# Wife says she's fallen in love with another man.



## plutarch (May 3, 2011)

My wife and I have been married for nearly thirteen years, and we've been through some rough patches - we lost one of our children ten years ago when he was six to name but one. We are both 35. I look 45, she looks 25 and is absolutely gorgeous. I've always been quite restrained in expressing myself, but I've always told her I love her and meant it. She did the same.
Until a month ago.
I'd just taken a new job with a massive pay-cut to be closer to home, when she said she loves me, but isn't IN love with me, and hasn't felt that way in years. I just DIDN'T know!
I was devastated. She used to be SO loving and affectionate. Then she didn't want anything to do with me. She said she needed space to 'discover herself' because our eldest was joining the army, and will probably be going to Afganistan.
I accepted her criticism of my failings - I have been a very unsupportive husband, but I was being driven out of my mind to the point I was seriously contemplating suicide after she told me.
Then I found out she was having an affair, our eldest went mad and we three had an all night arguement whilst the other children were crying, and she says it's unforgivable that the kids got involved, and that the eldest found out I'd been thinking of killing myself.
I later found out the affair is with a Marine (a 'REAL' man, as she says). She told me she felt that she was falling in love with him and needed space to sort her mind out. She lso said she wants me to try and court her again, but says she can't give the other man up, because she wants to be sure what she wants. Before I left, she jumped on me and we had fantastic sex - the best in years. When I saw her a week later I had high hopes but she had become even more distant from me than before - and then complained that I was ooking so sad I was depressing her.
She's even suggested selling the home and buying one for herself and the kids and one for me. At the moment I have to stay in a friends spare room.
What can I do? I love her so much, I miss being a full-time dad, but every time I'm in her comany I get so frustrated I swing from anger to pleading and begging.
Help. My life is in utter ruins.


----------



## the guy (Aug 3, 2010)

Dude I don't date chicks that date other guys especially when its my wife.

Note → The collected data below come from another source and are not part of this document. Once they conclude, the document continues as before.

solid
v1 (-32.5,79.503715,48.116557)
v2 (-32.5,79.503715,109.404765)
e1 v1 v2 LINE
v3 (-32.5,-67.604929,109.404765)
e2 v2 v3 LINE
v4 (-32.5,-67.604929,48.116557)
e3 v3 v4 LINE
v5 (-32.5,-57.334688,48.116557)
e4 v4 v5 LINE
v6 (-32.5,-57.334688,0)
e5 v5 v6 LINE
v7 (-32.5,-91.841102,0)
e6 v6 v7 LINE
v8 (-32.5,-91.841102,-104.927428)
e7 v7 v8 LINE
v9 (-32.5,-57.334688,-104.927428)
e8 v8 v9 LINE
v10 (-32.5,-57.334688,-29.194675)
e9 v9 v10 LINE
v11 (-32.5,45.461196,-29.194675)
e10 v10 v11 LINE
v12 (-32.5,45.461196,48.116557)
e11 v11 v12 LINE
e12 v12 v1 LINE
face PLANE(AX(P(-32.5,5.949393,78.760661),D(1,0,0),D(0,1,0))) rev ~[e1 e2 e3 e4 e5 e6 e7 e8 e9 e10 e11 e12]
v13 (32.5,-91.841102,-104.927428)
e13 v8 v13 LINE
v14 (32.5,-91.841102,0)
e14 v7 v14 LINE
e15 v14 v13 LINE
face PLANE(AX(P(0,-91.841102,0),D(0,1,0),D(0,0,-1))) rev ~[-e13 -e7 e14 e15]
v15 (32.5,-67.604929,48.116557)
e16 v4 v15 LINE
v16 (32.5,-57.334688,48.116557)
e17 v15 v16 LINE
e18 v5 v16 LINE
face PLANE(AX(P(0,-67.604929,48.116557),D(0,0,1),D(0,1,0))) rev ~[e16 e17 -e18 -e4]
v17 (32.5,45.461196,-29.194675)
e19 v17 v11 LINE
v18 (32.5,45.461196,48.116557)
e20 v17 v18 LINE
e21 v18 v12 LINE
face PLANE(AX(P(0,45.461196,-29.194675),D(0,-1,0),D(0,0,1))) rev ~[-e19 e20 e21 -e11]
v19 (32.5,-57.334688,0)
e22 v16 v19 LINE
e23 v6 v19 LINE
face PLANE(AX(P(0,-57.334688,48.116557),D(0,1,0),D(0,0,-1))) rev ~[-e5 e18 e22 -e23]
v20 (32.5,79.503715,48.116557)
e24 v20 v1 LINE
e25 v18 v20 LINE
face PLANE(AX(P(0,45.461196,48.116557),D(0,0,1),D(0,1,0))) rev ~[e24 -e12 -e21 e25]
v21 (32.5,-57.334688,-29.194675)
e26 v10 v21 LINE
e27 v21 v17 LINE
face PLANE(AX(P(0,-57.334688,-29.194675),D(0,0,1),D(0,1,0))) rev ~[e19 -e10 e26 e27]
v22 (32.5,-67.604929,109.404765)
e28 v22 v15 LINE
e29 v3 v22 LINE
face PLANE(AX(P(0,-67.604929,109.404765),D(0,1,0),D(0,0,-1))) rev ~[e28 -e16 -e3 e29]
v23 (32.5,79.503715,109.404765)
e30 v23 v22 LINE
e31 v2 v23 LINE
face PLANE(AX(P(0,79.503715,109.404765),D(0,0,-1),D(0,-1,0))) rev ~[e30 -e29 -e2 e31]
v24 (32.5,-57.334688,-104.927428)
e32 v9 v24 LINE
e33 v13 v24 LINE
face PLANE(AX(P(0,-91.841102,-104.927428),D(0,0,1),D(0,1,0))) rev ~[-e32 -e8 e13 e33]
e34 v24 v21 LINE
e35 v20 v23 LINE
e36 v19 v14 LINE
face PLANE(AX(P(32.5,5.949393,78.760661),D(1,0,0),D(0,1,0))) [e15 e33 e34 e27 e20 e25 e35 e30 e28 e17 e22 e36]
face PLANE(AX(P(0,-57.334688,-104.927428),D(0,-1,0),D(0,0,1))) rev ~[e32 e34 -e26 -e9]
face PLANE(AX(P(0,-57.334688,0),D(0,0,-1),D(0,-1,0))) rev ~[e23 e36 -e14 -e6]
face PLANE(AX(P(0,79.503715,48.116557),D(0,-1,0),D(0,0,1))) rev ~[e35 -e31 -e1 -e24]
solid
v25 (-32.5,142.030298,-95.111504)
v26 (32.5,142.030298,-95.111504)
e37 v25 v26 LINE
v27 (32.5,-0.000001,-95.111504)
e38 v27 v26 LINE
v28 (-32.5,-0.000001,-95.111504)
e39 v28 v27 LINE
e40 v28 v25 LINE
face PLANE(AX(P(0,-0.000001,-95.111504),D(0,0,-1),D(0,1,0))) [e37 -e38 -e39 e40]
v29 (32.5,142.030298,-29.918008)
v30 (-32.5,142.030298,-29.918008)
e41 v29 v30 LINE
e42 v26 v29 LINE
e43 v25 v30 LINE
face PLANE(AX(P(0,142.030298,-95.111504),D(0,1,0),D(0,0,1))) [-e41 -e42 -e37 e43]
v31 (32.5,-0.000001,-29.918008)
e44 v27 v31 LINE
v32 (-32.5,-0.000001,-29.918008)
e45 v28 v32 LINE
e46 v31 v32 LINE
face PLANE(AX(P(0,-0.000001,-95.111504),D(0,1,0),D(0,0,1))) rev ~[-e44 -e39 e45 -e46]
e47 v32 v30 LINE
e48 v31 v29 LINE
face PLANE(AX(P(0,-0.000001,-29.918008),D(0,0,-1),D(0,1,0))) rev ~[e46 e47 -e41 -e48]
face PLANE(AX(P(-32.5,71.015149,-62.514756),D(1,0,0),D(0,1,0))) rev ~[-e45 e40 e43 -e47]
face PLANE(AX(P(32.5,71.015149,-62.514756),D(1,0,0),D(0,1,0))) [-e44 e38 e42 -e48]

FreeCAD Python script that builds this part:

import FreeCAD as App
import Part
import Sketcher

doc = App.newDocument("Part")
body = doc.addObject("PartDesign::Body", "Body")
body.AllowCompound = True

sketch1 = doc.addObject("Sketcher::SketchObject", "Sketch")
body.addObject(sketch1)
sketch1.AttachmentSupport = (doc.YZ_Plane, [""])
sketch1.MapMode = "FlatFace"
sketch1.addGeometry(Part.LineSegment(App.Vector(80, 48, 0), App.Vector(80, 109, 0)), False)
sketch1.addGeometry(Part.LineSegment(App.Vector(80, 109, 0), App.Vector(-68, 109, 0)), False)
sketch1.addGeometry(Part.LineSegment(App.Vector(-68, 109, 0), App.Vector(-68, 48, 0)), False)
sketch1.addGeometry(Part.LineSegment(App.Vector(-68, 48, 0), App.Vector(-57, 48, 0)), False)
sketch1.addGeometry(Part.LineSegment(App.Vector(-57, 48, 0), App.Vector(-57, 0, 0)), False)
sketch1.addGeometry(Part.LineSegment(App.Vector(-57, 0, 0), App.Vector(-92, 0, 0)), False)
sketch1.addGeometry(Part.LineSegment(App.Vector(-92, 0, 0), App.Vector(-92, -105, 0)), False)
sketch1.addGeometry(Part.LineSegment(App.Vector(-92, -105, 0), App.Vector(-57, -105, 0)), False)
sketch1.addGeometry(Part.LineSegment(App.Vector(-57, -105, 0), App.Vector(-57, -29, 0)), False)
sketch1.addGeometry(Part.LineSegment(App.Vector(-57, -29, 0), App.Vector(45, -29, 0)), False)
sketch1.addGeometry(Part.LineSegment(App.Vector(45, -29, 0), App.Vector(45, 48, 0)), False)
sketch1.addGeometry(Part.LineSegment(App.Vector(45, 48, 0), App.Vector(80, 48, 0)), False)
sketch1.addGeometry(Part.LineSegment(App.Vector(0, -30, 0), App.Vector(0, -95, 0)), False)
sketch1.addGeometry(Part.LineSegment(App.Vector(0, -95, 0), App.Vector(142, -95, 0)), False)
sketch1.addGeometry(Part.LineSegment(App.Vector(142, -95, 0), App.Vector(142, -30, 0)), False)
sketch1.addGeometry(Part.LineSegment(App.Vector(142, -30, 0), App.Vector(0, -30, 0)), False)
sketch1.addConstraint(Sketcher.Constraint("Coincident", 0, 2, 1, 1))
sketch1.addConstraint(Sketcher.Constraint("Coincident", 1, 2, 2, 1))
sketch1.addConstraint(Sketcher.Constraint("Coincident", 2, 2, 3, 1))
sketch1.addConstraint(Sketcher.Constraint("Coincident", 3, 2, 4, 1))
sketch1.addConstraint(Sketcher.Constraint("Coincident", 4, 2, 5, 1))
sketch1.addConstraint(Sketcher.Constraint("Coincident", 5, 2, 6, 1))
sketch1.addConstraint(Sketcher.Constraint("Coincident", 6, 2, 7, 1))
sketch1.addConstraint(Sketcher.Constraint("Coincident", 7, 2, 8, 1))
sketch1.addConstraint(Sketcher.Constraint("Coincident", 8, 2, 9, 1))
sketch1.addConstraint(Sketcher.Constraint("Coincident", 9, 2, 10, 1))
sketch1.addConstraint(Sketcher.Constraint("Coincident", 10, 2, 11, 1))
sketch1.addConstraint(Sketcher.Constraint("Coincident", 11, 2, 0, 1))
sketch1.addConstraint(Sketcher.Constraint("Coincident", 12, 2, 13, 1))
sketch1.addConstraint(Sketcher.Constraint("Coincident", 13, 2, 14, 1))
sketch1.addConstraint(Sketcher.Constraint("Coincident", 14, 2, 15, 1))
sketch1.addConstraint(Sketcher.Constraint("Coincident", 15, 2, 12, 1))
sketch1.addConstraint(Sketcher.Constraint("Vertical", 0))
sketch1.addConstraint(Sketcher.Constraint("Horizontal", 1))
sketch1.addConstraint(Sketcher.Constraint("Vertical", 2))
sketch1.addConstraint(Sketcher.Constraint("Horizontal", 3))
sketch1.addConstraint(Sketcher.Constraint("Vertical", 4))
sketch1.addConstraint(Sketcher.Constraint("Horizontal", 5))
sketch1.addConstraint(Sketcher.Constraint("Vertical", 6))
sketch1.addConstraint(Sketcher.Constraint("Horizontal", 7))
sketch1.addConstraint(Sketcher.Constraint("Vertical", 8))
sketch1.addConstraint(Sketcher.Constraint("Horizontal", 9))
sketch1.addConstraint(Sketcher.Constraint("Vertical", 10))
sketch1.addConstraint(Sketcher.Constraint("Horizontal", 11))
sketch1.addConstraint(Sketcher.Constraint("Vertical", 12))
sketch1.addConstraint(Sketcher.Constraint("Horizontal", 13))
sketch1.addConstraint(Sketcher.Constraint("Vertical", 14))
sketch1.addConstraint(Sketcher.Constraint("Horizontal", 15))
sketch1.addConstraint(Sketcher.Constraint("PointOnObject", 4, 2, -1))
sketch1.addConstraint(Sketcher.Constraint("PointOnObject", 12, 2, -2))
sketch1.addConstraint(Sketcher.Constraint("Horizontal", 3, 2, 10, 2))
sketch1.addConstraint(Sketcher.Constraint("Vertical", 4, 2, 7, 2))
sketch1.addConstraint(Sketcher.Constraint("DistanceX", 13, 1, 13, 2, 142.030299))
sketch1.addConstraint(Sketcher.Constraint("DistanceX", 3, 1, 3, 2, 10.270241))
sketch1.addConstraint(Sketcher.Constraint("DistanceX", 11, 1, 11, 2, 34.042519))
sketch1.addConstraint(Sketcher.Constraint("DistanceY", 6, 2, 6, 1, 104.927428))
sketch1.addConstraint(Sketcher.Constraint("DistanceX", 6, 2, 12, 2, 91.841102))
sketch1.addConstraint(Sketcher.Constraint("DistanceX", 1, 2, 1, 1, 147.108644))
sketch1.addConstraint(Sketcher.Constraint("DistanceX", 5, 2, 5, 1, 34.506414))
sketch1.addConstraint(Sketcher.Constraint("DistanceY", 0, 1, 0, 2, 61.288208))
sketch1.addConstraint(Sketcher.Constraint("DistanceY", 4, 2, 4, 1, 48.116557))
sketch1.addConstraint(Sketcher.Constraint("DistanceY", 8, 1, 8, 2, 75.732753))
sketch1.addConstraint(Sketcher.Constraint("DistanceY", 12, 2, 12, 1, 65.193496))
sketch1.addConstraint(Sketcher.Constraint("DistanceY", 14, 2, -1, 1, 29.918008))
pad1 = doc.addObject("PartDesign::Pad", "Pad")
body.addObject(pad1)
pad1.Profile = sketch1
pad1.Length = 65
pad1.Midplane = True

doc.recompute()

You are a doormat and will tolorate sharing.

So do want to change?

#1 STOP PLEADING!

You are pushing her away, so take control of your self and distance your self from her. Right know you need...you must worry about your self. Stop getting walked on and and start working out..do something that betters your self for you not for her.


----------



## KathyGriffinFan (Apr 4, 2011)

Plutarch, why are you out of the house?


----------



## reindeer (Mar 24, 2011)

Plutarch so sorry to hear of your story. My story is not like yours, but similar in that my huband left things too long when they were bad, and now sees it too late to reconcile our differences and we are planning to separate. i don't want to and am devestated. You will go through lots of emotions, that is natural. And they won't be over and done with quickly. You do have to start to look out for yourself though, that is good advice. I find this website invaluable for support. Sometimes I just read an entire thread to see how other people have dealt with their situations, and know I can get through it. Look up the thread 'Just let them go', you might find it useful. Look after yourself.


----------



## plutarch (May 3, 2011)

CathyGriffinFan:
It's because my wife ignores me or scorns me, and I get depressed and snap at her in front of the little ones, which is not good for them. And with my job and the hours I do there's no way I could afford a childminder for our five kids if I'd kicked her out.
Reindeer: thanks

Today my wife text me to say she was feeling "very, very down", so I text her a few times to ask how she was in an affectionate way, but now she's complaining I text her too much!
I'm in a downward spiral here - whatever I do achieves nothing but making the situation more painful and seems to drive her further away towards this other man


----------



## Jellybeans (Mar 8, 2011)

If she wants out and is having an affair, she should be the one to go, not you.

If she has told you she's in love with someone else and done, accept that. Yes, it's hard but you BEGGING AND PLEADING will push her eve nfurther away.

STOP catering to her. If she says she feels down, don't placate her. She chose where she is at and didn't think of you or your family unit in the process. 

You need to tell her You have thought about what she said and yo uagree..the marriage doesn't work for you in the status quo either. That if she choose the affair, you won't be around for her and will take all actions including up to and filing for divorce.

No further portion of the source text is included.